The virus made that impossible so Anna Burness, who runs the Project, decided to maintain a virtual connection. Each week she makes contact with the children and their parents on-line, children’s songs are sung, and I, as a volunteer at BRR, read a different story each time. These stories have no direct connection to the experience of the children or their parents but sometimes they will have resonances for refugees – in The Selfish Giant the children are driven out of the garden in which they were playing happily, in The Ugly Duckling he is told to “quack, quack, get out of town” and in The Three Billy Goats the goats have to make a hazardous journey before they can reach the green green meadow on the other side of the rickety rackety bridge.
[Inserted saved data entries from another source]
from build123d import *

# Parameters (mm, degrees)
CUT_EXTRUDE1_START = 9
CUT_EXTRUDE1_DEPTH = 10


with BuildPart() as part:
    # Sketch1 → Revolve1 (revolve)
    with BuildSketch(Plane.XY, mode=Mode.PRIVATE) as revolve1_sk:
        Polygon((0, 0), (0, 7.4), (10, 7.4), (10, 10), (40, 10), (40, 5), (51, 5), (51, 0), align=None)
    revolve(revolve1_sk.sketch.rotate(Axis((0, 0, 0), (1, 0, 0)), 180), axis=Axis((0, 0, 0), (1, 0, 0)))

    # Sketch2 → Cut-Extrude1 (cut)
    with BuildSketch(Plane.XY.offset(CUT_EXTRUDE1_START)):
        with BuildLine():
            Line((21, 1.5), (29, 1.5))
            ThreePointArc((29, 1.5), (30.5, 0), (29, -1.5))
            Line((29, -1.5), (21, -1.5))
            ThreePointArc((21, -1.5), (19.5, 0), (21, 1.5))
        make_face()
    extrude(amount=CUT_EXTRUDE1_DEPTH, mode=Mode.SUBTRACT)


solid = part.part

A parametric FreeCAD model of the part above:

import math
import FreeCAD as App
import Part
import Sketcher

V = App.Vector


def add_polygon(sketch, points):
    """Adds a closed chain of lines whose ends are joined by coincident constraints."""
    first, n = sketch.GeometryCount, len(points)
    for a, b in zip(points, points[1:] + points[:1]):
        sketch.addGeometry(Part.LineSegment(App.Vector(*a, 0), App.Vector(*b, 0)), False)
    for i in range(n):
        sketch.addConstraint(Sketcher.Constraint("Coincident", first + i, 2, first + (i + 1) % n, 1))

doc = App.newDocument("Part")
body = doc.addObject("PartDesign::Body", "Body")

sketch1 = doc.addObject("Sketcher::SketchObject", "Sketch")
body.addObject(sketch1)
sketch1.AttachmentSupport = (doc.XY_Plane, [""])
sketch1.MapMode = "FlatFace"
add_polygon(sketch1, [(0, 7.4), (0, 0), (51, 0), (51, 5), (40, 5), (40, 10), (10, 10), (10, 7.4)])
sketch1.addConstraint(Sketcher.Constraint("Vertical", 0))
sketch1.addConstraint(Sketcher.Constraint("Horizontal", 1))
sketch1.addConstraint(Sketcher.Constraint("Vertical", 2))
sketch1.addConstraint(Sketcher.Constraint("Horizontal", 3))
sketch1.addConstraint(Sketcher.Constraint("Vertical", 4))
sketch1.addConstraint(Sketcher.Constraint("Horizontal", 5))
sketch1.addConstraint(Sketcher.Constraint("Vertical", 6))
sketch1.addConstraint(Sketcher.Constraint("Horizontal", 7))
sketch1.addConstraint(Sketcher.Constraint("Coincident", 0, 2, -1, 1))
sketch1.addConstraint(Sketcher.Constraint("Equal", 2, 4))
sketch1.addConstraint(Sketcher.Constraint("DistanceX", 1, 1, 1, 2, 51.0))
sketch1.addConstraint(Sketcher.Constraint("DistanceX", 3, 2, 3, 1, 11.0))
sketch1.addConstraint(Sketcher.Constraint("DistanceX", 5, 2, 5, 1, 30.0))
sketch1.addConstraint(Sketcher.Constraint("DistanceY", 2, 1, 2, 2, 5.0))
sketch1.addConstraint(Sketcher.Constraint("DistanceY", 0, 2, 0, 1, 7.4))
revolution = doc.addObject("PartDesign::Revolution", "Revolution")
body.addObject(revolution)
revolution.Profile = sketch1
revolution.ReferenceAxis = (sketch1, ["H_Axis"])
revolution.Angle = 360

sketch2 = doc.addObject("Sketcher::SketchObject", "Sketch001")
body.addObject(sketch2)
sketch2.AttachmentSupport = (doc.XY_Plane, [""])
sketch2.MapMode = "FlatFace"
sketch2.AttachmentOffset = App.Placement(V(0, 0, 9), App.Rotation())
sketch2.addGeometry(Part.LineSegment(V(29, 1.5, 0), V(21, 1.5, 0)), False)
sketch2.addGeometry(Part.ArcOfCircle(Part.Circle(V(21, 0, 0), V(0, 0, 1), 1.5), math.radians(90), math.radians(270)), False)
sketch2.addGeometry(Part.LineSegment(V(21, -1.5, 0), V(29, -1.5, 0)), False)
sketch2.addGeometry(Part.ArcOfCircle(Part.Circle(V(29, 0, 0), V(0, 0, 1), 1.5), math.radians(-90), math.radians(90)), False)
sketch2.addConstraint(Sketcher.Constraint("Tangent", 0, 2, 1, 1))
sketch2.addConstraint(Sketcher.Constraint("Tangent", 1, 2, 2, 1))
sketch2.addConstraint(Sketcher.Constraint("Tangent", 2, 2, 3, 1))
sketch2.addConstraint(Sketcher.Constraint("Tangent", 3, 2, 0, 1))
sketch2.addConstraint(Sketcher.Constraint("Horizontal", 0))
sketch2.addConstraint(Sketcher.Constraint("Horizontal", 2))
sketch2.addConstraint(Sketcher.Constraint("PointOnObject", 1, 3, -1))
sketch2.addConstraint(Sketcher.Constraint("Radius", 1, 1.5))
sketch2.addConstraint(Sketcher.Constraint("DistanceX", 0, 2, 0, 1, 8.0))
sketch2.addConstraint(Sketcher.Constraint("DistanceX", -1, 1, 1, 3, 21.0))
pocket1 = doc.addObject("PartDesign::Pocket", "Pocket")
body.addObject(pocket1)
pocket1.Profile = sketch2
pocket1.Length = 10
pocket1.Reversed = True

doc.recompute()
Every Christmas BRR, with the generous help of Parkway Church, has given presents to each of the children at the Early Years Project, carried into the Welcome Centre by Santa in his sack. This year a number of BRR volunteers, organised by Kathy Janes, took the presents to the younger children’s homes. I was one of them, dressed as Santa with a face mask underneath my cotton-wool beard.

It was a moving experience. The presents were going to find a home in some of Bristol’s most basic accommodation – a converted garage, the top flat of a high-rise block – but everywhere I was greeted with overwhelming delight by parents and children alike. Santa’s journey became a way of saying that at least some in Bristol want nothing to do with the ‘hostile environment’ policy. Few refugees in Bristol have yet found the green green grass but at least some have crossed the rickety rackety bridge.